A Local Encounter that Changed my Perspective - A Zambian Village
ZAMBIA | Monday, 1 April 2013 | Views [327] | Comments [1] | Scholarship Entry
We’re on the Zambezi River, gliding through murky green waters on a speedboat, our excessively luxurious island villa becoming a smudge on the blue-green horizon. My eyes are scanning the water, hoping to catch a glimpse of a hippo’s beady eyes popping out, quicker than my camera’s shutter is able to close. The rural village we are visiting comes into my line of vision; a solitary hand carved wooden canoe floating where river and land become one. This is a rural village tour, part of the day’s activities planned by the lodge, and I am relatively uninterested and nonchalant.
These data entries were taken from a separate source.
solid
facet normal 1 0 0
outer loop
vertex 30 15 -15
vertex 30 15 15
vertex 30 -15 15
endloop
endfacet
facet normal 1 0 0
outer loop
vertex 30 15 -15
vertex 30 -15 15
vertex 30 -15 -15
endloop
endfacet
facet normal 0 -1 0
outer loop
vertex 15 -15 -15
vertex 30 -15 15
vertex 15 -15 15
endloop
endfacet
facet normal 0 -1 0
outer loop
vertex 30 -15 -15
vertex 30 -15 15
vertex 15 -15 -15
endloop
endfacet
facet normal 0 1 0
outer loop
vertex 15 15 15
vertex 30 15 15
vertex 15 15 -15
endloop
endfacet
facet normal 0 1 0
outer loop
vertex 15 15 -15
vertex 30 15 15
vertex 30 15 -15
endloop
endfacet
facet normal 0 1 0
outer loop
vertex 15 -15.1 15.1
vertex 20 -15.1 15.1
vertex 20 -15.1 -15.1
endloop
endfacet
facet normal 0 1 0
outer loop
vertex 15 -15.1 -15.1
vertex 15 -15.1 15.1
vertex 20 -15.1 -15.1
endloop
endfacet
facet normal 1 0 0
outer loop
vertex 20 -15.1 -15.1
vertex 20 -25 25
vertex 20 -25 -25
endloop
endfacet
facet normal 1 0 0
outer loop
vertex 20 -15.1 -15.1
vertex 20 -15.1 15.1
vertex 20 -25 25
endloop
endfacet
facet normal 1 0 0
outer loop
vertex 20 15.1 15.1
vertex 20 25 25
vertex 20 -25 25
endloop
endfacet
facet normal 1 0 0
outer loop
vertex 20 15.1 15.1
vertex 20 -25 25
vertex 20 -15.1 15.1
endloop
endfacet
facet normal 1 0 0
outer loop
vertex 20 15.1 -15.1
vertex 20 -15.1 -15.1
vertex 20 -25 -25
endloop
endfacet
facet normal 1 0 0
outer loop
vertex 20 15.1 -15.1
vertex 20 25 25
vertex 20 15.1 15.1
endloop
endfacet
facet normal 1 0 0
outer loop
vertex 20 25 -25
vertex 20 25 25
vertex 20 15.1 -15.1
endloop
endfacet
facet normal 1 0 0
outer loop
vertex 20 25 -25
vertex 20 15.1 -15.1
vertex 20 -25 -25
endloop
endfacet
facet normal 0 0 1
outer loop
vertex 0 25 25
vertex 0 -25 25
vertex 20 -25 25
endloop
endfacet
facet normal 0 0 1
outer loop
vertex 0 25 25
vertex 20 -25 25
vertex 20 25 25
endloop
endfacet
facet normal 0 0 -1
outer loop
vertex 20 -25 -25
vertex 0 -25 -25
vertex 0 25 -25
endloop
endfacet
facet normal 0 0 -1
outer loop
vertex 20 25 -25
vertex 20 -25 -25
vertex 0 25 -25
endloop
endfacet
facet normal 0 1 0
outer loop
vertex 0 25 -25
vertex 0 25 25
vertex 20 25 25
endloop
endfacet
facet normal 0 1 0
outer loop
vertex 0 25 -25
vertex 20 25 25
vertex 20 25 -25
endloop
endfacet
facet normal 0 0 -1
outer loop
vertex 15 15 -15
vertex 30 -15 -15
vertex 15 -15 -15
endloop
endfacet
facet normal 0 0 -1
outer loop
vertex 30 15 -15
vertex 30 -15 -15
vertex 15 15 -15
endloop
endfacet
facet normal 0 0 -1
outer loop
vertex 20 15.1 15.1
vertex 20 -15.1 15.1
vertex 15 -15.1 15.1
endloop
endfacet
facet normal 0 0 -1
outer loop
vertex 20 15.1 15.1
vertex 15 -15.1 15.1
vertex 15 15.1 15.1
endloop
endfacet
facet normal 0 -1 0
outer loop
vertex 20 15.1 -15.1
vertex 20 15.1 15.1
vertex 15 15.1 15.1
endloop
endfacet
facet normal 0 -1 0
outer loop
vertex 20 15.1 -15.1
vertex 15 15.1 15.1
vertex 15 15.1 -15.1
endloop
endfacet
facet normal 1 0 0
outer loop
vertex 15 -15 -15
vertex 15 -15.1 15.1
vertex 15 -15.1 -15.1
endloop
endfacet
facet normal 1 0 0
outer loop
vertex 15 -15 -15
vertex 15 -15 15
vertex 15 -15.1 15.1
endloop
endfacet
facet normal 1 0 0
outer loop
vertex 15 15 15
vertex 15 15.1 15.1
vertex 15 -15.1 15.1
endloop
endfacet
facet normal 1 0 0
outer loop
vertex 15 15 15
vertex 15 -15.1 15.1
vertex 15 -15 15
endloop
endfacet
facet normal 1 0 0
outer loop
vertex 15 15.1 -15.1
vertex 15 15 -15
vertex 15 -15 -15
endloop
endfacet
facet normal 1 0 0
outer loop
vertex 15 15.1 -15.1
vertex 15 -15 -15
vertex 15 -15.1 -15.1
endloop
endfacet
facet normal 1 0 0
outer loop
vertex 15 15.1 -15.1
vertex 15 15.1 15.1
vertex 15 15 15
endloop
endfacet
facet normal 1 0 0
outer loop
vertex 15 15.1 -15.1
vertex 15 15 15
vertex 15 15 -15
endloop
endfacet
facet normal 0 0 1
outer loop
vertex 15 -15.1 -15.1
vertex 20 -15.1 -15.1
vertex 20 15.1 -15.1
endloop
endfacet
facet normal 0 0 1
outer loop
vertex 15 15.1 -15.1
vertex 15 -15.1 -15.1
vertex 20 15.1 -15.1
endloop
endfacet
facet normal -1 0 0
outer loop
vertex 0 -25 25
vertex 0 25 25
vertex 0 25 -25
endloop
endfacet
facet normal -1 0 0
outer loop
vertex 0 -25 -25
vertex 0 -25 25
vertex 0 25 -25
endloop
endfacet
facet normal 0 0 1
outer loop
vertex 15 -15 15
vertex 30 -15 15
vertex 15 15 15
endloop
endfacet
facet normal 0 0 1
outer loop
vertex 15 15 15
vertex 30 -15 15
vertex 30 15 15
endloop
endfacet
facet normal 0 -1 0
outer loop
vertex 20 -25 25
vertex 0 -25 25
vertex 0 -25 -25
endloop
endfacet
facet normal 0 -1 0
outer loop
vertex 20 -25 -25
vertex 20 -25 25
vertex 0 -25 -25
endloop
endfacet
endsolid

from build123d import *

# Parameters (mm, degrees)
SKETCH_1_W          = 50
SKETCH_1_H          = 50
EXTRUDE_1_DEPTH     = 20
SKETCH_2_W          = 30
SKETCH_2_H          = 30
EXTRUDE_2_DEPTH     = 10
SKETCH_3_W          = 30.2
SKETCH_3_H          = 30.2
SKETCH_3_W_2        = 30
SKETCH_3_H_2        = 30
CUT_EXTRUDE_1_DEPTH = 15


with BuildPart() as part:
    # 草图1 → 凸台-拉伸1 (new body)
    with BuildSketch(Plane(origin=(0, 0, 0), x_dir=(0, 0, -1), z_dir=(1, 0, 0))):
        Rectangle(SKETCH_1_W, SKETCH_1_H)
    extrude(amount=EXTRUDE_1_DEPTH)

    # 草图2 → 凸台-拉伸2 (add)
    with BuildSketch(Plane(origin=(20, 0, 0), x_dir=(0, 0, -1), z_dir=(1, 0, 0))):
        Rectangle(SKETCH_2_W, SKETCH_2_H)
    extrude(amount=EXTRUDE_2_DEPTH)

    # 草图3 → 切除-拉伸1 (cut)
    with BuildSketch(Plane(origin=(30, 0, 0), x_dir=(0, 0, -1), z_dir=(1, 0, 0))):
        Rectangle(SKETCH_3_W, SKETCH_3_H)
        Rectangle(SKETCH_3_W_2, SKETCH_3_H_2, mode=Mode.SUBTRACT)
    extrude(amount=-CUT_EXTRUDE_1_DEPTH, mode=Mode.SUBTRACT)


solid = part.part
We are greeted warmly- her feet are bare, her hands calloused. I am looking down, watching where I walk, and trying to sidestep piles of cow dung. She leads us to her village. There is a fence made of reeds, enclosing clay huts topped with pyramid shaped grass roofs. Kids are hard at work, sweeping the sandy floor and standing on ladders working on uncompleted huts.
She takes us to her home, shows us the kitchen, bedrooms and chicken farm. A bloodied machete lies to one side. She has everything she needs here. She is close to the people she loves. Her shower is a modest curtain made of vines, with 2 litre Coke bottles turned upside down to act as shower heads. The toilet is in its own clay hut- a hole in the ground covered with ash, acting as a disinfectant.
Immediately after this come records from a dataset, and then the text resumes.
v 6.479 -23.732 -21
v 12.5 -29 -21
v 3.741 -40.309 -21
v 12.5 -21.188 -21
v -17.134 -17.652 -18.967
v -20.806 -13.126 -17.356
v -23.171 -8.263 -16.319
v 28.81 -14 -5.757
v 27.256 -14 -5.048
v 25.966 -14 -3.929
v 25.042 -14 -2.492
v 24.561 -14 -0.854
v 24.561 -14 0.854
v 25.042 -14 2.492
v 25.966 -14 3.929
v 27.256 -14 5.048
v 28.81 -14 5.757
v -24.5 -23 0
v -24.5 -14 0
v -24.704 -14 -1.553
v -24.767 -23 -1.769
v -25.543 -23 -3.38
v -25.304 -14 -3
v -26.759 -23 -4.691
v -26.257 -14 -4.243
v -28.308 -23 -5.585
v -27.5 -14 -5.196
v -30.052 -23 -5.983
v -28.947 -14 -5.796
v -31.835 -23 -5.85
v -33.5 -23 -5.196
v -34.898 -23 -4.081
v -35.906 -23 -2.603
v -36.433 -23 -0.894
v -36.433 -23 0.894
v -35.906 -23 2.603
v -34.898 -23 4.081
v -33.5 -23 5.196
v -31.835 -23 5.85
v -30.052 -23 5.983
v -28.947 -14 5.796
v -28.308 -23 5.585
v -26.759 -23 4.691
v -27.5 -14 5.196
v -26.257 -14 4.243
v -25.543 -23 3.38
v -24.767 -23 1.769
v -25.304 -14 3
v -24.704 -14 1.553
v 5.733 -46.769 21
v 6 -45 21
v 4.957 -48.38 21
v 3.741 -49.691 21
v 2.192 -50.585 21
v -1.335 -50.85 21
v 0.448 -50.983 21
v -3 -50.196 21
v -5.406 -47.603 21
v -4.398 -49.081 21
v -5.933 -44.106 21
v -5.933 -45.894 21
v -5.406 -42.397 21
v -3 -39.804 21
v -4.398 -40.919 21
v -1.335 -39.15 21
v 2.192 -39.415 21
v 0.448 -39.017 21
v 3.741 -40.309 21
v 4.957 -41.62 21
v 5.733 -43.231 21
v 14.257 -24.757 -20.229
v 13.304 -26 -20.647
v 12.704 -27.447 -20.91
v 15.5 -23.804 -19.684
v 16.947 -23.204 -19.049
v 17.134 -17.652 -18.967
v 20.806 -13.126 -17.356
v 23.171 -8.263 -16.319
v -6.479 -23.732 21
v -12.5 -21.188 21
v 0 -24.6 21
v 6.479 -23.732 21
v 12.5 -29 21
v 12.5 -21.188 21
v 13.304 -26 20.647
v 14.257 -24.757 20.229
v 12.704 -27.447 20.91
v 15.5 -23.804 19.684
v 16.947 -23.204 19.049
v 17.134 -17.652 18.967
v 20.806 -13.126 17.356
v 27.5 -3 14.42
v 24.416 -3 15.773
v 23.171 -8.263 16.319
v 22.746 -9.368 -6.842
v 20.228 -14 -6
We continue walking through the village until we arrive at the vegetable garden- uneven rows of countless types of vegetables are nurtured for and harvested, supplying the lodge we are staying at. She proudly explains how she learnt farming from her mother, and taught the rest of the community. Excitedly, she leads me to the back corner of the garden. There is a new blue bicycle, which she has bought with profits from the garden after months of saving. Her pride is silent but tangible. She thanks us for visiting, tells us that the establishment of the lodge has contributed so much to the development of her village. The lodge owner’s words ring in my mind: “you can’t have luxury without philanthropy.”
I think back to my home in an upper class suburb of Johannesburg, South Africa, and the problems I face there. The paint is peeling; a picture needs to be straightened. It all seems unnecessary, overcomplicated, too much. I leave feeling ashamed, ungrateful; the image of a shiny bicycle engrained in my mind.